10.16.2007

Workshop Exercise: Method



The element under consideration:

One chapter, Disjuncture and Difference in the Global Cultural Economy, from Arjun Appadurai’s Modernity at Large: Cultural Dimensions of Globalization

The means of analysis:

Reading the article with an interest in the construction of identity. Pulling out the key points of the article, summarizing Appadurai’s argument, and then filtering that argument through my specific interest in the constructedness of identity.

The evidence adduced:

Cultural material is fluid and as such, it flows across boundaries, including national boundaries. The elements comprising the flow of culture include flows of people, flows of technologies, and flows of finance, as well as flows of information and ideology. These latter two comprise (at least in part) the landscape of images, and as images, they contribute to the construction of imagined worlds—that is, of imagined or constructed identities. Although all of these flows are interwoven and overlap, they are also disjunctive. Appadurai describes these flows as being fundamental fractal, but equally importantly, they overlap polythetically. This polythetic understanding of culture is important: different modes of cultural production resemble each other and overlap while at the same time possessing unique combinations of defining characteristics. The total separation of cultural modes (or the definition of cultures primarily in opposition to each other) is thus artificial.

Appadurai writes of imagined communities, constructed ethnicities, and invented homelands, and he describes “the imagination as a social practice,” using language that emphasizes the active construction of culture and identity by both individuals and communities. The imagination is a site of cultural production; it is “a form of negotiation between sites of agency (individuals) and globally defined fields of possibility.” Because the imagination is situated and is specific to individuals, communities, and places, it is impossible that all fictional landscapes produced map directly onto realistic landscapes. Imagined landscapes must to some degree impact realistic landscapes, but there must also be disjunctures between the two. The idea of a realistic landscape is one that I have not fully explored and have not yet been able to define through Appadurai’s text.








LEFT: 8 March 2005 Istanbul, Turkey- International Women's Day

RIGHT: 11 Nov 2006 Istanbul, Turkey Women Protest the upcoming visit from the Pope


Appadurai suggests that the further the agent is from the world s/he imagines, the greater the likelihood that the imagined world will be “chimerical, aesthetic, even fantastic objects,” especially when judged in light of another imagined world—say, that of an adopted country. This is especially the case with deterritorialized populations who have to reproduce their identities in foreign contexts, without the reinforcement of their traditional cultural landscapes. Individuals and groups create their own (potentially conflicting) imagined worlds, and when these worlds do not correlate sufficiently, cultural conflict can arise (this point demands further study). Appadurai notes that women play an especially important role in the reproduction of culture and identity since they frequently are responsible for maintaining heritage through family. “In short,” he states, “deterritorialized communities and displaced populations, however much they may enjoy the fruits of new kinds of earning and new dispositions of capital and technology, have to play out the desires and fantasies of these new ethnoscapes, while striving to reproduce the family-as-microcosm of culture.”

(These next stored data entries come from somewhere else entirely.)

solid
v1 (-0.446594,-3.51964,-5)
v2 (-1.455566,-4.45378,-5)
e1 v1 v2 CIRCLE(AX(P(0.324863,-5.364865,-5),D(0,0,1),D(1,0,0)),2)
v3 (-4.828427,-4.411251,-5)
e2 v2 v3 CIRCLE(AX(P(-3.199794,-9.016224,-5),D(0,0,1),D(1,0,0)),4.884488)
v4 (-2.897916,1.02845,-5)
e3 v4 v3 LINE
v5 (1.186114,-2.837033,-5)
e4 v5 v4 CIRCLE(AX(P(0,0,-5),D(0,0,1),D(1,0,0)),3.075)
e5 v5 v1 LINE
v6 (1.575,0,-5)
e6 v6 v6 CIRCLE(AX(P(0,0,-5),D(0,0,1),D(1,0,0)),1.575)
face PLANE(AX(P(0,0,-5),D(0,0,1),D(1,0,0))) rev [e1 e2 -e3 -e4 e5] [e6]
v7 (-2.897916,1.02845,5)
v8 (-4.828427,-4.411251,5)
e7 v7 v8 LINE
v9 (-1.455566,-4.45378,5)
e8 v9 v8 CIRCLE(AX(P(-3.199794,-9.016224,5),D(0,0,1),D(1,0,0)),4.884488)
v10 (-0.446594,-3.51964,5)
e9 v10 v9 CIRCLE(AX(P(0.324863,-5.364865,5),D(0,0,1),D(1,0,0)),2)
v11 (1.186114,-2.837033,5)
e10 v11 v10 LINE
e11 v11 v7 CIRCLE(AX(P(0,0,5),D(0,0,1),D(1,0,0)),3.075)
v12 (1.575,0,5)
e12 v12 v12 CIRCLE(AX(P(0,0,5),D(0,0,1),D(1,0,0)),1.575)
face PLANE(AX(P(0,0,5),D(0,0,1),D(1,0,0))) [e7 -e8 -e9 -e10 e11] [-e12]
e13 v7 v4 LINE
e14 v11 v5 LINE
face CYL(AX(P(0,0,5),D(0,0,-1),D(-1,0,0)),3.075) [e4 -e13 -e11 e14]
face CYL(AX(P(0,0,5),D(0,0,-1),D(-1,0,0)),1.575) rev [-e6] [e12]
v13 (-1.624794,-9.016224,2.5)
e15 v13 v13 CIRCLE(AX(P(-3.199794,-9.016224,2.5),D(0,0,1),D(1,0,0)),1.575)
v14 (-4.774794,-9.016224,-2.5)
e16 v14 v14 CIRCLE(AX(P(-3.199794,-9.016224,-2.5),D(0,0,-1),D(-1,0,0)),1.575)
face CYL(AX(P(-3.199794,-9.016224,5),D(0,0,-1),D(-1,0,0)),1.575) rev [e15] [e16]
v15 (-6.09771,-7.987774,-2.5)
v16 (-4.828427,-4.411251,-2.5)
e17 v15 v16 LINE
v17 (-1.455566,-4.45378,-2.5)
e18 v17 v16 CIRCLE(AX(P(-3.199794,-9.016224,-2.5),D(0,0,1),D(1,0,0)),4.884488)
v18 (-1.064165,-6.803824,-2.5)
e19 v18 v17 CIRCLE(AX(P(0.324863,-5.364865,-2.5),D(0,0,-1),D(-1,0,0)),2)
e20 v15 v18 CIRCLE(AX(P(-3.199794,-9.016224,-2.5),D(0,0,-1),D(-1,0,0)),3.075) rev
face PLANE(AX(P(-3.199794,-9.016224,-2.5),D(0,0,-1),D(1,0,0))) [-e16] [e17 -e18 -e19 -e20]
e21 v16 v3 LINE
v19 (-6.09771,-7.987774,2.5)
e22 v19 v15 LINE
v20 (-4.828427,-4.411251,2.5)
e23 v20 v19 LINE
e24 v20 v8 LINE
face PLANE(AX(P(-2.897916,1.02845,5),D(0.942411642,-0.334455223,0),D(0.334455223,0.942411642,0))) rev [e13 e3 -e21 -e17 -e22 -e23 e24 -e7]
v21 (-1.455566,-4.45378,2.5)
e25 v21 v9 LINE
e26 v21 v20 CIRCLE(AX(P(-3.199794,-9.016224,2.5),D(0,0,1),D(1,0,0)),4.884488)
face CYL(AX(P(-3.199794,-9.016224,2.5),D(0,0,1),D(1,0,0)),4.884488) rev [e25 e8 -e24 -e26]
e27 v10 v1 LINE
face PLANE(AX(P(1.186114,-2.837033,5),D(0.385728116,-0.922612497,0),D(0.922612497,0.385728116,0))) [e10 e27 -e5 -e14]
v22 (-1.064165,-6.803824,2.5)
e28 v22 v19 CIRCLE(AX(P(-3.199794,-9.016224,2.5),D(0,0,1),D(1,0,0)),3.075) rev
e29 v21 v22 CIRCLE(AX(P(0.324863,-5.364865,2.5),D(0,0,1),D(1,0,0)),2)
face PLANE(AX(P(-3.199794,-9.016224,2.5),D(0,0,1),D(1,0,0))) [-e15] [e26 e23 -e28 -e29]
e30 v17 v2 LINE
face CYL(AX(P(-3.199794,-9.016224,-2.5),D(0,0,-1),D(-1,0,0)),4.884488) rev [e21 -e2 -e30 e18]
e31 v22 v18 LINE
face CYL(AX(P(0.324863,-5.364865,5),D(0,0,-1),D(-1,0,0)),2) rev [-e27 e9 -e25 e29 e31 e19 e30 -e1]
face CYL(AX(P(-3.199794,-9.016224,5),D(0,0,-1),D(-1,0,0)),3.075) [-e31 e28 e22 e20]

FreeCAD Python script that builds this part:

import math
import FreeCAD as App
import Part
import Sketcher
from FreeCAD import Vector

doc = App.newDocument("Part")
body = doc.addObject("PartDesign::Body", "Body")

# Sketch on XY plane
sketch1 = body.newObject("Sketcher::SketchObject", "Sketch")
sketch1.AttachmentSupport = (doc.getObject("XY_Plane"), [""])
sketch1.MapMode = "FlatFace"
sketch1.addGeometry([
    Part.LineSegment(Vector(-0.446594, -3.51964, 0), Vector(1.186114, -2.837033, 0)),  # 0
    Part.ArcOfCircle(Part.Circle(Vector(0, 0, 0), Vector(0, 0, 1), 3.075), math.radians(-67.31105), math.radians(160.460586)),  # 1
    Part.LineSegment(Vector(-2.897916, 1.02845, 0), Vector(-6.09771, -7.987774, 0)),  # 2
    Part.ArcOfCircle(Part.Circle(Vector(-3.199794, -9.016224, 0), Vector(0, 0, 1), 3.075), math.radians(160.460586), math.radians(406.011528)),  # 3
    Part.ArcOfCircle(Part.Circle(Vector(0.324863, -5.364865, 0), Vector(0, 0, 1), 2), math.radians(112.68895), math.radians(226.011528)),  # 4
    Part.Circle(Vector(-3.199794, -9.016224, 0), Vector(0, 0, 1), 1.575),  # 5
    Part.Circle(Vector(0, 0, 0), Vector(0, 0, 1), 1.575),  # 6
], False)
sketch1.addConstraint([
    Sketcher.Constraint("Tangent", 0, 2, 1, 1),
    Sketcher.Constraint("Tangent", 1, 2, 2, 1),
    Sketcher.Constraint("Tangent", 2, 2, 3, 1),
    Sketcher.Constraint("Tangent", 3, 2, 4, 2),
    Sketcher.Constraint("Tangent", 4, 1, 0, 1),
    Sketcher.Constraint("Coincident", 1, 3, -1, 1),
    Sketcher.Constraint("Coincident", 6, 3, -1, 1),
    Sketcher.Constraint("Coincident", 5, 3, 3, 3),
    Sketcher.Constraint("Equal", 1, 3),
    Sketcher.Constraint("Equal", 5, 6),
    Sketcher.Constraint("Radius", 4, 2.0),
    Sketcher.Constraint("Diameter", 5, 3.15),
    Sketcher.Constraint("Radius", 1, 3.075),
    Sketcher.Constraint("DistanceY", 3, 3, 3, 2, 2.2124),
    Sketcher.Constraint("Distance", 2, 9.567182),
    Sketcher.Constraint("DistanceY", -1, 1, 1, 2, 1.02845),
])
pad1 = body.newObject("PartDesign::Pad", "Pad")
pad1.Profile = sketch1
pad1.Length = 10
pad1.Midplane = True

# Sketch on XY plane
sketch2 = body.newObject("Sketcher::SketchObject", "Sketch001")
sketch2.AttachmentSupport = (doc.getObject("XY_Plane"), [""])
sketch2.MapMode = "FlatFace"
sketch2.AttachmentOffset = App.Placement(Vector(0, 0, 5), App.Rotation())
sketch2.addGeometry(Part.Circle(Vector(-3.199794, -9.016224, 0), Vector(0, 0, 1), 4.884488), False)
sketch2.addConstraint([
    Sketcher.Constraint("Diameter", 0, 9.768975),
    Sketcher.Constraint("DistanceX", 0, 3, -1, 1, 3.199794),
    Sketcher.Constraint("DistanceY", 0, 3, -1, 1, 9.016224),
])
pocket1 = body.newObject("PartDesign::Pocket", "Pocket")
pocket1.Profile = sketch2
pocket1.Length = 2.5
doc.recompute()

mirrored = body.newObject("PartDesign::Mirrored", "Mirrored")
mirrored.Originals = [pocket1]
mirrored.MirrorPlane = (doc.getObject("XY_Plane"), [""])
body.Tip = mirrored

doc.recompute()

The claim relevant to architecture, based on above evidence:

The cultural landscape as imagined landscape is reflected in the cultural landscape as built reality. The built environment carries strong markers of identity and can be used as a tool to reflect cultural identities—and potentially to influence the construction of cultural identity as well. Given the degree to which identity is constructed (rather than inherent), it follows that identity may be re-constructed over time, and that it is fluid, as are the processes that shape cultural interactions. It is possible, then, that architectural agents may be able to heighten disparities between various imagined cultural landscapes; to mediate those disparities and encourage more reciprocal relationships between identity constructs; or to make visible the very constructedness of those identities.